*** Extracted records ***
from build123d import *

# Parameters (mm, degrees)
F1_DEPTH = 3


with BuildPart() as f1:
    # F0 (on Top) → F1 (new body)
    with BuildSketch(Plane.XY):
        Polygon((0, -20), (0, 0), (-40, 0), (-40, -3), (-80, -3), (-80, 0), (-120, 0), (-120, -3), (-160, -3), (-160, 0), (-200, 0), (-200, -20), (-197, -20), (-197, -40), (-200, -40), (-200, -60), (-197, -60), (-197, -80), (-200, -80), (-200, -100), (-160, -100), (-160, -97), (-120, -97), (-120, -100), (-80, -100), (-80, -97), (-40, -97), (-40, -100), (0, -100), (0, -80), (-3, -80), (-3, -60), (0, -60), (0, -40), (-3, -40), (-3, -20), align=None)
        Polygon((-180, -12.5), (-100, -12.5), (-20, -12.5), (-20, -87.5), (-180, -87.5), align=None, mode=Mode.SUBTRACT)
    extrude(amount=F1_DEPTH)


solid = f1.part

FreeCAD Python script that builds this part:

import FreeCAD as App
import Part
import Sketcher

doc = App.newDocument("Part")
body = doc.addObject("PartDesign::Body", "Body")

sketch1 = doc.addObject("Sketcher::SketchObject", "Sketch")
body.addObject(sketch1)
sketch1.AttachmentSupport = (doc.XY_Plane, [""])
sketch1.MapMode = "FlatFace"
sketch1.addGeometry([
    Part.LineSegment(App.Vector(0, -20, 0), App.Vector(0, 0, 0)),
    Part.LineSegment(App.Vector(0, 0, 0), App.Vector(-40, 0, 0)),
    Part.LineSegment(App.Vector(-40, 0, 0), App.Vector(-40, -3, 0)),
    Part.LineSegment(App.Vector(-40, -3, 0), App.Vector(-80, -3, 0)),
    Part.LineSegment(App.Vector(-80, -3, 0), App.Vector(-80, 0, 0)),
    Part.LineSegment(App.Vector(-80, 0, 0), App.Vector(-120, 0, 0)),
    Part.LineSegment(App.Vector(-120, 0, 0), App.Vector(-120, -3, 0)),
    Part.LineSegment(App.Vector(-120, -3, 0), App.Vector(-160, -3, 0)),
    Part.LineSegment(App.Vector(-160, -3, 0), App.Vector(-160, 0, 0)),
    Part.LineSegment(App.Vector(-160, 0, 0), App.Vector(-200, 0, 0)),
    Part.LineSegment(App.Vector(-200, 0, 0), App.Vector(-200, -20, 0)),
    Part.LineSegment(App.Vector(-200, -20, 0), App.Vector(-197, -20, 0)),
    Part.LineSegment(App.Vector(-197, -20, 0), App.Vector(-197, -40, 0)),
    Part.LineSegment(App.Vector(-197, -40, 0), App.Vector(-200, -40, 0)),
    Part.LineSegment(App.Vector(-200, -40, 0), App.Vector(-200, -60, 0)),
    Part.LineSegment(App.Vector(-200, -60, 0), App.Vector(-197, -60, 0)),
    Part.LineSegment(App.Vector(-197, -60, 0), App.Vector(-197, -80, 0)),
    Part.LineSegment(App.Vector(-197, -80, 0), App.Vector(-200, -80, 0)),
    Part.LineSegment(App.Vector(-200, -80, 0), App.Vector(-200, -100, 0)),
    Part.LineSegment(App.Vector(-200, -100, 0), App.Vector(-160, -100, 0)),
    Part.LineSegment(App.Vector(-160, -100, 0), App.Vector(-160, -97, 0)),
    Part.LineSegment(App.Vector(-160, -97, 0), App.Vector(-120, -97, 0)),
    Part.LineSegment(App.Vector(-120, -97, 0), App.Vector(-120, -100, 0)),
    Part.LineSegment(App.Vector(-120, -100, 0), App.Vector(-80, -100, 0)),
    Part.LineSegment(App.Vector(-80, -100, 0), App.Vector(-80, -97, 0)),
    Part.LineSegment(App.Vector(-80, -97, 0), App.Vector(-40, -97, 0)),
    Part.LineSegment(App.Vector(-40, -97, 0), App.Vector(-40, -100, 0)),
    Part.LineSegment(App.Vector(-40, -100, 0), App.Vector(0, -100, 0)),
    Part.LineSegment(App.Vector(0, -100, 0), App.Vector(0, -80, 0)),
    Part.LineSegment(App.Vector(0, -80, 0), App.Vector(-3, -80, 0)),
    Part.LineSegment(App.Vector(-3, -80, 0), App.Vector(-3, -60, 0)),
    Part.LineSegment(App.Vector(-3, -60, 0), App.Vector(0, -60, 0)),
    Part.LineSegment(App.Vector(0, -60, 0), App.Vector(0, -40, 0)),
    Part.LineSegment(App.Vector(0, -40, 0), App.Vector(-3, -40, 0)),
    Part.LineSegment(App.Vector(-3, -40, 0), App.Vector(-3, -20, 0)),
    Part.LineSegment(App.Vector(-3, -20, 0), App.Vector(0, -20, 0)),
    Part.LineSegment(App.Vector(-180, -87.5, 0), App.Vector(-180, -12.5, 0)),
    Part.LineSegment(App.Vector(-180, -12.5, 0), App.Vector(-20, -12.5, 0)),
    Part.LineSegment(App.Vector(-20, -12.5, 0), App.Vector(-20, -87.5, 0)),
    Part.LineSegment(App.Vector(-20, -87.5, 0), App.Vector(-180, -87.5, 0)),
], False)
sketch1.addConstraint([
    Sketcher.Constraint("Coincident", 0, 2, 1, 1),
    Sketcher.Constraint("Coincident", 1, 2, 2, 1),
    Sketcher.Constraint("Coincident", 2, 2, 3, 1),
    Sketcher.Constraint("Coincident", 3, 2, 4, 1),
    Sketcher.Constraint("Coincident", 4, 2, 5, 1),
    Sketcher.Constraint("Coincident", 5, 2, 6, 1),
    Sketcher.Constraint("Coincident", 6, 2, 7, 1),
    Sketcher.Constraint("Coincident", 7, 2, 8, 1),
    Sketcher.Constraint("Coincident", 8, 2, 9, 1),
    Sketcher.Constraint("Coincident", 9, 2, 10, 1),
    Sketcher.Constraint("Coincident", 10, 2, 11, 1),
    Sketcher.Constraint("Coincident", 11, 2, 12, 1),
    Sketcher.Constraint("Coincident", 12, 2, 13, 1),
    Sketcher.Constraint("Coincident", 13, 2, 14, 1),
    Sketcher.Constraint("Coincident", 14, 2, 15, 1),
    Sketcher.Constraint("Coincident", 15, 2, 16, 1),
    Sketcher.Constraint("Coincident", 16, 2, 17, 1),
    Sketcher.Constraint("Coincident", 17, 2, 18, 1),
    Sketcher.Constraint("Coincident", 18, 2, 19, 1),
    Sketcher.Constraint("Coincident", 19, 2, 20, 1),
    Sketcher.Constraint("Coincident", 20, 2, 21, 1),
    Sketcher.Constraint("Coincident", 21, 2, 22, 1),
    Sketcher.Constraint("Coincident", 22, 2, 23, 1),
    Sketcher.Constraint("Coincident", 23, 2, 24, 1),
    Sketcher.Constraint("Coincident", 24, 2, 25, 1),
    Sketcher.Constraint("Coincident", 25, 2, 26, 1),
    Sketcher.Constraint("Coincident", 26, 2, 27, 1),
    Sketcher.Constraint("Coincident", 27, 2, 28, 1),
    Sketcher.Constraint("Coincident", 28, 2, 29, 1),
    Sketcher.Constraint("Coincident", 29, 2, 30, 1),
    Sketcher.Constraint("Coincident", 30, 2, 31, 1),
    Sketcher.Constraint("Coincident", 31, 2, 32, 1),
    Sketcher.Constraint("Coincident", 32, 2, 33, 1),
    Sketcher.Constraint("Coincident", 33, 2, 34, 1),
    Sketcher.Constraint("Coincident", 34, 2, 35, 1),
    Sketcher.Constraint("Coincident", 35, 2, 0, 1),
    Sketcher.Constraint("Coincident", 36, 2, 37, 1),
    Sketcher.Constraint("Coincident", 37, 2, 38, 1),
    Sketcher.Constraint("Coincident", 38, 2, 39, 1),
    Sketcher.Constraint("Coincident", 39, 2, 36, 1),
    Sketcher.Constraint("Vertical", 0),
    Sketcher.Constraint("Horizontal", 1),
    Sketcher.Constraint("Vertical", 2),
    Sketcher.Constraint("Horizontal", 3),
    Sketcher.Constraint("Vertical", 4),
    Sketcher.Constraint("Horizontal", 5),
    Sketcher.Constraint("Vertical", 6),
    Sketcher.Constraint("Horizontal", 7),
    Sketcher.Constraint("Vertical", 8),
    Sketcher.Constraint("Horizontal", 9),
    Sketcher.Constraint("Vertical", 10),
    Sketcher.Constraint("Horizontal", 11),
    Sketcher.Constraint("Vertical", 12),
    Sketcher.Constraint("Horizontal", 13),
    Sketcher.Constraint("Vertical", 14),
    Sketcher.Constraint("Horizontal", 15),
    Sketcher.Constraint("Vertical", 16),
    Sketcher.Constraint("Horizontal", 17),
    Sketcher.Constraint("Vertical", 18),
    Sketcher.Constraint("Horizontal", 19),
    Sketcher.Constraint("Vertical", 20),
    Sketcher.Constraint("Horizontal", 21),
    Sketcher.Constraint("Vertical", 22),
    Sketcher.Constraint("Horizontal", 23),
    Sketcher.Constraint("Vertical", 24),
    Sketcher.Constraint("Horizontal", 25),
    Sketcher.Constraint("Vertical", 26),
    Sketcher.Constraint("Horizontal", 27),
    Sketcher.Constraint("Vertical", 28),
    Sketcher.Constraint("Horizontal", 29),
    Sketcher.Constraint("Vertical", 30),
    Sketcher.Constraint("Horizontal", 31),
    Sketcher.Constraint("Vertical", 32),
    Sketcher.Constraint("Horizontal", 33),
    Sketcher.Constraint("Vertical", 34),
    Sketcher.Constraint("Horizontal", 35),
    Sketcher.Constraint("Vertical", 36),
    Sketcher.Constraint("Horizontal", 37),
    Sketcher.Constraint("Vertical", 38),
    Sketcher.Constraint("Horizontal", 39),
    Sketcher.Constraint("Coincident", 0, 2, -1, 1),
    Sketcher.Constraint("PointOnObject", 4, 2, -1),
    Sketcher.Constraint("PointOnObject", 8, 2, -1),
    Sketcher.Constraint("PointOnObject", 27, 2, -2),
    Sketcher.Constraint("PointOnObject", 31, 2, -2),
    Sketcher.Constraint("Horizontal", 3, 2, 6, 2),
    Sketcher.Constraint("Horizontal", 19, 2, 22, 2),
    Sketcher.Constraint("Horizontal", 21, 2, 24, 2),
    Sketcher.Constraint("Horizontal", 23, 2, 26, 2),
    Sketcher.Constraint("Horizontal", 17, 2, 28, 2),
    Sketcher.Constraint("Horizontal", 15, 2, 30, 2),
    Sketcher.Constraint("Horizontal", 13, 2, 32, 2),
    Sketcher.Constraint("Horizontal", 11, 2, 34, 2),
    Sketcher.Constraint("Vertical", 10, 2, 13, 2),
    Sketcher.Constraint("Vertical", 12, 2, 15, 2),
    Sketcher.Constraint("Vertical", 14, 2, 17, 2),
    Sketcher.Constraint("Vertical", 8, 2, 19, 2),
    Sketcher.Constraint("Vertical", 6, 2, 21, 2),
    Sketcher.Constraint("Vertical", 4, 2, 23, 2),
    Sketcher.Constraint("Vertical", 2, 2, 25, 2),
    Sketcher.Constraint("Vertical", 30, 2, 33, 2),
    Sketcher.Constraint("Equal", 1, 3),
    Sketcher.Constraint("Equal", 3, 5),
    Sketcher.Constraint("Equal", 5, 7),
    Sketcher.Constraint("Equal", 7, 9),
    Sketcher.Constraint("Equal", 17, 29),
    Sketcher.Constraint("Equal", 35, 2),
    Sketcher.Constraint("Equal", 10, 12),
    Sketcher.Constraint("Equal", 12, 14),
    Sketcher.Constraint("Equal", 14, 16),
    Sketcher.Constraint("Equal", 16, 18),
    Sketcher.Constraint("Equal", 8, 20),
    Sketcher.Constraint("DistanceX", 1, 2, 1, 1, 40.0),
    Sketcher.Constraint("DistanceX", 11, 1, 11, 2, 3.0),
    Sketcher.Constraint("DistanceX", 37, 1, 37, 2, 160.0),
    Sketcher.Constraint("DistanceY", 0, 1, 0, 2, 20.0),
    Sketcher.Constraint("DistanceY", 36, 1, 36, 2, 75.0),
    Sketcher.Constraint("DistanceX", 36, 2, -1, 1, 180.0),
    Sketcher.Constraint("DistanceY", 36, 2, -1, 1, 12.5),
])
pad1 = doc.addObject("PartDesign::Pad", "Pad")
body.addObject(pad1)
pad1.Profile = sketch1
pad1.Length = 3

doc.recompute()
*** End of Extracted records ***
▶ _Prompt_
An exact copy of the lines above between the line holding "solid = f1.part" and the line holding "FreeCAD Python script", inclusive, is the whole answer.

▶ _Solved problem_
solid = f1.part

FreeCAD Python script that builds this part:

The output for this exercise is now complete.